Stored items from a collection
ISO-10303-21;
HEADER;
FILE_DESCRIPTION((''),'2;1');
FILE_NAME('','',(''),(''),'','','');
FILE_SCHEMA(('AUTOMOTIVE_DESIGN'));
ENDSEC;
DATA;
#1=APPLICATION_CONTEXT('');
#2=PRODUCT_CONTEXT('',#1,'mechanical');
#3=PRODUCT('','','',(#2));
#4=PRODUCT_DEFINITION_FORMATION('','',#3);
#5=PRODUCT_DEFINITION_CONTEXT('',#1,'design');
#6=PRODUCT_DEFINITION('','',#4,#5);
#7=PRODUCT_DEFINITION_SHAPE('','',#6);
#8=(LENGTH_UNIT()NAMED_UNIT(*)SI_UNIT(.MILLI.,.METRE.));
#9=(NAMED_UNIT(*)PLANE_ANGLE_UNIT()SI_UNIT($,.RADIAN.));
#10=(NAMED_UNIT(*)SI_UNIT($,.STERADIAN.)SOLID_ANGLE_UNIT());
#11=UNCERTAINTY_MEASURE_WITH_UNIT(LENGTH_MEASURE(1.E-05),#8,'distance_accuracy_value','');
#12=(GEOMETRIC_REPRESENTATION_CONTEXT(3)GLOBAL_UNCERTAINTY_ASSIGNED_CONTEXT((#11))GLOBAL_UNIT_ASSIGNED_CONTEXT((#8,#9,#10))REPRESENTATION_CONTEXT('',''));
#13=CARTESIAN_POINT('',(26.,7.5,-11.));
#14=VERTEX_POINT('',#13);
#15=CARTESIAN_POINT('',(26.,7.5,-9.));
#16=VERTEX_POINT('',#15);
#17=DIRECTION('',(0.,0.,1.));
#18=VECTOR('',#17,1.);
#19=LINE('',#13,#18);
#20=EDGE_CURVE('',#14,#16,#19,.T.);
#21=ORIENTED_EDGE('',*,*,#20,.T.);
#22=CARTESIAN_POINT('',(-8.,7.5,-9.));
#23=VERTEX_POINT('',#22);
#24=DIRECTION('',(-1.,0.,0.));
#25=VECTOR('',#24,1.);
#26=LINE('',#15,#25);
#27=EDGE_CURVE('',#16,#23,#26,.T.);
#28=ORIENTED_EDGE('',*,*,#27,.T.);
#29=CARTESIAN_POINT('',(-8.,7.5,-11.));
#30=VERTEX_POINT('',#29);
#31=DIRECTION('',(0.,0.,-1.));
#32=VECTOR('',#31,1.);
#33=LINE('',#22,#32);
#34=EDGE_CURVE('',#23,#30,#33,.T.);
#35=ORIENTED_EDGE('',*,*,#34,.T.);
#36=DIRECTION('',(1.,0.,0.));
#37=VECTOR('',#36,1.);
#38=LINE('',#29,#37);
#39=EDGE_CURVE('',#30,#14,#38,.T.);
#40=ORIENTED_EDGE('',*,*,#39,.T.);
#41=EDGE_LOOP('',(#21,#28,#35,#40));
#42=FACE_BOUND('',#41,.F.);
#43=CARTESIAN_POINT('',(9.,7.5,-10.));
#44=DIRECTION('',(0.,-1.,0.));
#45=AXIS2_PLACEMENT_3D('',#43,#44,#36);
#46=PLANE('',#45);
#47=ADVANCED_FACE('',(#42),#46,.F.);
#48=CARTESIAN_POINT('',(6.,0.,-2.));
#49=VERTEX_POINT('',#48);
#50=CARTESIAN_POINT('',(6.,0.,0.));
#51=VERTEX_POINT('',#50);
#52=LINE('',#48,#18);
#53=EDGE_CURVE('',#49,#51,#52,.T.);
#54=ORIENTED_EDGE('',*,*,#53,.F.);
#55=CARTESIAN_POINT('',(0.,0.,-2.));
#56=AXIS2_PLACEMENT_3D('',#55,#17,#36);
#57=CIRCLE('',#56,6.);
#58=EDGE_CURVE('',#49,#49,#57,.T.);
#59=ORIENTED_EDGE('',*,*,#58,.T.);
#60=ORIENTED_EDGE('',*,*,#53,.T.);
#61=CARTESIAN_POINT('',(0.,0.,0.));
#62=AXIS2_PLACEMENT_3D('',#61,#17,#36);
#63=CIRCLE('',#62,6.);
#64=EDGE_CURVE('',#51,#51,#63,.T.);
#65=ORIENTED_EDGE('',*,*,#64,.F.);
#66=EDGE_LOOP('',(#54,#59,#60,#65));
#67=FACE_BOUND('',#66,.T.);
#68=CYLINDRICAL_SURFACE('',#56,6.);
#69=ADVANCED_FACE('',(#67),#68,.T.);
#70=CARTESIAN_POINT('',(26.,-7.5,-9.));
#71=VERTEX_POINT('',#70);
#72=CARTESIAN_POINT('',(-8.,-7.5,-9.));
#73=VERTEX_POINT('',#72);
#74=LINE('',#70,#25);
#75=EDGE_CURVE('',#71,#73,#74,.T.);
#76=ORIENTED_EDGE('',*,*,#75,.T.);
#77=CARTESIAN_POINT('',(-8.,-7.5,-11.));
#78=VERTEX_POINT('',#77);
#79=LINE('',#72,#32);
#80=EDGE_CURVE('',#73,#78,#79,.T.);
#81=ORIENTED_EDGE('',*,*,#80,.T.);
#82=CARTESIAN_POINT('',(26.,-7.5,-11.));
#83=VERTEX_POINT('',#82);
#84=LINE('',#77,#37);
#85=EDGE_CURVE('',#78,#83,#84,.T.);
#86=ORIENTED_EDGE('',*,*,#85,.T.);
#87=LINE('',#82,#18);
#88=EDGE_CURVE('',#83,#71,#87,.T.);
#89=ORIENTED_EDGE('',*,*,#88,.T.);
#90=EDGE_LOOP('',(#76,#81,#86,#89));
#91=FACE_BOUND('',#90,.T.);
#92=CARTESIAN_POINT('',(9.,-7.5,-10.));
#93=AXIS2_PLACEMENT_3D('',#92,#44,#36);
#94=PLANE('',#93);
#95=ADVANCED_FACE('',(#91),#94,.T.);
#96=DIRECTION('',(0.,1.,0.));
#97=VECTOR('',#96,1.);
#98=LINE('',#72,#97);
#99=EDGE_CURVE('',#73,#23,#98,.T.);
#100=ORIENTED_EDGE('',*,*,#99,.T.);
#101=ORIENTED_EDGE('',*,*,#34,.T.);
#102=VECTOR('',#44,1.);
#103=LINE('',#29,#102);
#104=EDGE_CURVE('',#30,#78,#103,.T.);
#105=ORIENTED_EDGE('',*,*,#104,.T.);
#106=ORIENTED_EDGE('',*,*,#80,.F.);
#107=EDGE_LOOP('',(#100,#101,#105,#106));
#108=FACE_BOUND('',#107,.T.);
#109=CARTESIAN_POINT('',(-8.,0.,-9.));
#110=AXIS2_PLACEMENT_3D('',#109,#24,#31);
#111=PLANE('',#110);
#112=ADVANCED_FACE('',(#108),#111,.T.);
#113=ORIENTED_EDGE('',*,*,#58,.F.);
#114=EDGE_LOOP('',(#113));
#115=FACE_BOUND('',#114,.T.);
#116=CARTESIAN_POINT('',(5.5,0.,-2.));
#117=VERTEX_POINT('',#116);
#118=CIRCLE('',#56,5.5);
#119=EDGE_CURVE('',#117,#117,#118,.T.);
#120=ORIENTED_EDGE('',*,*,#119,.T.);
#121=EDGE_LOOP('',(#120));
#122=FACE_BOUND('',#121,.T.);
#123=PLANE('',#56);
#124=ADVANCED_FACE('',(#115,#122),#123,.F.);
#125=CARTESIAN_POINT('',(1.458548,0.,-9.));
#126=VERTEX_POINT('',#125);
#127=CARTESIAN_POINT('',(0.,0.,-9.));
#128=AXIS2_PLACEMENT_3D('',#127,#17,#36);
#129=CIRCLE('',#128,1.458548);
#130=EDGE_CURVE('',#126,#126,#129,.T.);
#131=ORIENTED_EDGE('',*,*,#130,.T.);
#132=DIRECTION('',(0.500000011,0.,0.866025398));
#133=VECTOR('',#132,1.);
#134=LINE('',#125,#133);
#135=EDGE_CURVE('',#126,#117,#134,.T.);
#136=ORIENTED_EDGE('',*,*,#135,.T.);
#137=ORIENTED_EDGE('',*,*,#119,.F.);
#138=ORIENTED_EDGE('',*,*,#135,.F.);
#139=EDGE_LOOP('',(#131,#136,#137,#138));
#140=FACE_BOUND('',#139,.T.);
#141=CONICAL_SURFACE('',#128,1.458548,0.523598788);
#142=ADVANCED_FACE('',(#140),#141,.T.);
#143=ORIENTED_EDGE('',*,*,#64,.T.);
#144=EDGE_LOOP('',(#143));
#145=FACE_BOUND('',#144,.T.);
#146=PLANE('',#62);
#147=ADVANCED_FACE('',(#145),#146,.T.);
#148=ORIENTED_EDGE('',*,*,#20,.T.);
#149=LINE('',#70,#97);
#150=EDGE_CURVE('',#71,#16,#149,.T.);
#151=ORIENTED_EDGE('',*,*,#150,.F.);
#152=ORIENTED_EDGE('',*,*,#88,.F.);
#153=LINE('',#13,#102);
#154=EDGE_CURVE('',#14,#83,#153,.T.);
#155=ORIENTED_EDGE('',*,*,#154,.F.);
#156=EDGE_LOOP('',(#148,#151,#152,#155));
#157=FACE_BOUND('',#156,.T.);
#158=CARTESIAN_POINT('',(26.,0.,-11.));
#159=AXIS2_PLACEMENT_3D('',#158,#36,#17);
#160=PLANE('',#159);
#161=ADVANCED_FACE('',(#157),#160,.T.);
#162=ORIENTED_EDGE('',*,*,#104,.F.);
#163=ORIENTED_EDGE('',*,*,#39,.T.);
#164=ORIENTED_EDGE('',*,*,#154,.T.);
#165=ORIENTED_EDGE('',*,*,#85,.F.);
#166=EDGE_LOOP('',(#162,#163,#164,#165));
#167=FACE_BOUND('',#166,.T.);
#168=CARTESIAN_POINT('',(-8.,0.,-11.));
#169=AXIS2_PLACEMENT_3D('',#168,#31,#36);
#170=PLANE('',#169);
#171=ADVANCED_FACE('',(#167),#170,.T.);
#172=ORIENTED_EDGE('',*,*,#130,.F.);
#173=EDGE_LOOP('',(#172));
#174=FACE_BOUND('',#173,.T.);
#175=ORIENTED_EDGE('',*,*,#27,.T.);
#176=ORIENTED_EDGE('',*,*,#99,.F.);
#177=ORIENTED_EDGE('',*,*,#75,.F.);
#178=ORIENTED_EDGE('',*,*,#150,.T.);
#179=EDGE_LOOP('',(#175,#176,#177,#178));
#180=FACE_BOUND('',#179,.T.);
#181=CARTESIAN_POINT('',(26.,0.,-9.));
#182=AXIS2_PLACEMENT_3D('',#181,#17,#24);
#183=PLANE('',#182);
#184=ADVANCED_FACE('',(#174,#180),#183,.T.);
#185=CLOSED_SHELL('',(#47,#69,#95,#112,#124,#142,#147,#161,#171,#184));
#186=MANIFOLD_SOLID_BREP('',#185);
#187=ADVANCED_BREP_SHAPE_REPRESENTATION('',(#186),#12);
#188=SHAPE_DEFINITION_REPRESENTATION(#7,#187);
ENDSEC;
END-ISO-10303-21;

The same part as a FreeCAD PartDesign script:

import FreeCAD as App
import Part
import Sketcher

V = App.Vector
Q = App.Units.Quantity

doc = App.newDocument("Part")
body = doc.addObject("PartDesign::Body", "Body")

sketch1 = doc.addObject("Sketcher::SketchObject", "Sketch")
body.addObject(sketch1)
sketch1.AttachmentSupport = (doc.XZ_Plane, [""])
sketch1.MapMode = "FlatFace"
sketch1.addGeometry(Part.LineSegment(V(6, 0, 0), V(0, 0, 0)), False)
sketch1.addGeometry(Part.LineSegment(V(0, 0, 0), V(0, -9, 0)), False)
sketch1.addGeometry(Part.LineSegment(V(0, -9, 0), V(1.5, -9, 0)), False)
sketch1.addGeometry(Part.LineSegment(V(1.5, -9, 0), V(5.5, -2, 0)), False)
sketch1.addGeometry(Part.LineSegment(V(5.5, -2, 0), V(6, -2, 0)), False)
sketch1.addGeometry(Part.LineSegment(V(6, -2, 0), V(6, 0, 0)), False)
sketch1.addConstraint(Sketcher.Constraint("Coincident", 0, 2, 1, 1))
sketch1.addConstraint(Sketcher.Constraint("Coincident", 1, 2, 2, 1))
sketch1.addConstraint(Sketcher.Constraint("Coincident", 2, 2, 3, 1))
sketch1.addConstraint(Sketcher.Constraint("Coincident", 3, 2, 4, 1))
sketch1.addConstraint(Sketcher.Constraint("Coincident", 4, 2, 5, 1))
sketch1.addConstraint(Sketcher.Constraint("Coincident", 5, 2, 0, 1))
sketch1.addConstraint(Sketcher.Constraint("Horizontal", 0))
sketch1.addConstraint(Sketcher.Constraint("Vertical", 1))
sketch1.addConstraint(Sketcher.Constraint("Horizontal", 2))
sketch1.addConstraint(Sketcher.Constraint("Horizontal", 4))
sketch1.addConstraint(Sketcher.Constraint("Vertical", 5))
sketch1.addConstraint(Sketcher.Constraint("Coincident", 0, 2, -1, 1))
sketch1.addConstraint(Sketcher.Constraint("DistanceX", 0, 2, 0, 1, 6.0))
sketch1.addConstraint(Sketcher.Constraint("DistanceY", 1, 2, 1, 1, 9.0))
sketch1.addConstraint(Sketcher.Constraint("DistanceY", 5, 1, 5, 2, 2.0))
sketch1.addConstraint(Sketcher.Constraint("Angle", 3, Q("59.999999 deg")))
sketch1.addConstraint(Sketcher.Constraint("DistanceX", 4, 1, 4, 2, 0.5))
revolution = doc.addObject("PartDesign::Revolution", "Revolution")
body.addObject(revolution)
revolution.Profile = sketch1
revolution.ReferenceAxis = (sketch1, ["V_Axis"])
revolution.Angle = 360

sketch2 = doc.addObject("Sketcher::SketchObject", "Sketch001")
body.addObject(sketch2)
sketch2.AttachmentSupport = (doc.XZ_Plane, [""])
sketch2.MapMode = "FlatFace"
sketch2.addGeometry(Part.LineSegment(V(-8, -9, 0), V(-8, -11, 0)), False)
sketch2.addGeometry(Part.LineSegment(V(-8, -11, 0), V(26, -11, 0)), False)
sketch2.addGeometry(Part.LineSegment(V(26, -11, 0), V(26, -9, 0)), False)
sketch2.addGeometry(Part.LineSegment(V(26, -9, 0), V(-8, -9, 0)), False)
sketch2.addConstraint(Sketcher.Constraint("Coincident", 0, 2, 1, 1))
sketch2.addConstraint(Sketcher.Constraint("Coincident", 1, 2, 2, 1))
sketch2.addConstraint(Sketcher.Constraint("Coincident", 2, 2, 3, 1))
sketch2.addConstraint(Sketcher.Constraint("Coincident", 3, 2, 0, 1))
sketch2.addConstraint(Sketcher.Constraint("Vertical", 0))
sketch2.addConstraint(Sketcher.Constraint("Horizontal", 1))
sketch2.addConstraint(Sketcher.Constraint("Vertical", 2))
sketch2.addConstraint(Sketcher.Constraint("Horizontal", 3))
sketch2.addConstraint(Sketcher.Constraint("DistanceX", 1, 1, 1, 2, 34.0))
sketch2.addConstraint(Sketcher.Constraint("DistanceY", 0, 2, 0, 1, 2.0))
sketch2.addConstraint(Sketcher.Constraint("DistanceX", 0, 2, -1, 1, 8.0))
sketch2.addConstraint(Sketcher.Constraint("DistanceY", 0, 2, -1, 1, 11.0))
pad1 = doc.addObject("PartDesign::Pad", "Pad")
body.addObject(pad1)
pad1.Profile = sketch2
pad1.Length = 15
pad1.Midplane = True

doc.recompute()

- _Try it_:
Starting with the line that holds "#167=FACE_BOUND('',#166,.T.);" and ending with the line that holds "The same part", retype every line in the data above exactly, and nothing else.

- _Output of the task_:
#167=FACE_BOUND('',#166,.T.);
#168=CARTESIAN_POINT('',(-8.,0.,-11.));
#169=AXIS2_PLACEMENT_3D('',#168,#31,#36);
#170=PLANE('',#169);
#171=ADVANCED_FACE('',(#167),#170,.T.);
#172=ORIENTED_EDGE('',*,*,#130,.F.);
#173=EDGE_LOOP('',(#172));
#174=FACE_BOUND('',#173,.T.);
#175=ORIENTED_EDGE('',*,*,#27,.T.);
#176=ORIENTED_EDGE('',*,*,#99,.F.);
#177=ORIENTED_EDGE('',*,*,#75,.F.);
#178=ORIENTED_EDGE('',*,*,#150,.T.);
#179=EDGE_LOOP('',(#175,#176,#177,#178));
#180=FACE_BOUND('',#179,.T.);
#181=CARTESIAN_POINT('',(26.,0.,-9.));
#182=AXIS2_PLACEMENT_3D('',#181,#17,#24);
#183=PLANE('',#182);
#184=ADVANCED_FACE('',(#174,#180),#183,.T.);
#185=CLOSED_SHELL('',(#47,#69,#95,#112,#124,#142,#147,#161,#171,#184));
#186=MANIFOLD_SOLID_BREP('',#185);
#187=ADVANCED_BREP_SHAPE_REPRESENTATION('',(#186),#12);
#188=SHAPE_DEFINITION_REPRESENTATION(#7,#187);
ENDSEC;
END-ISO-10303-21;

The same part as a FreeCAD PartDesign script:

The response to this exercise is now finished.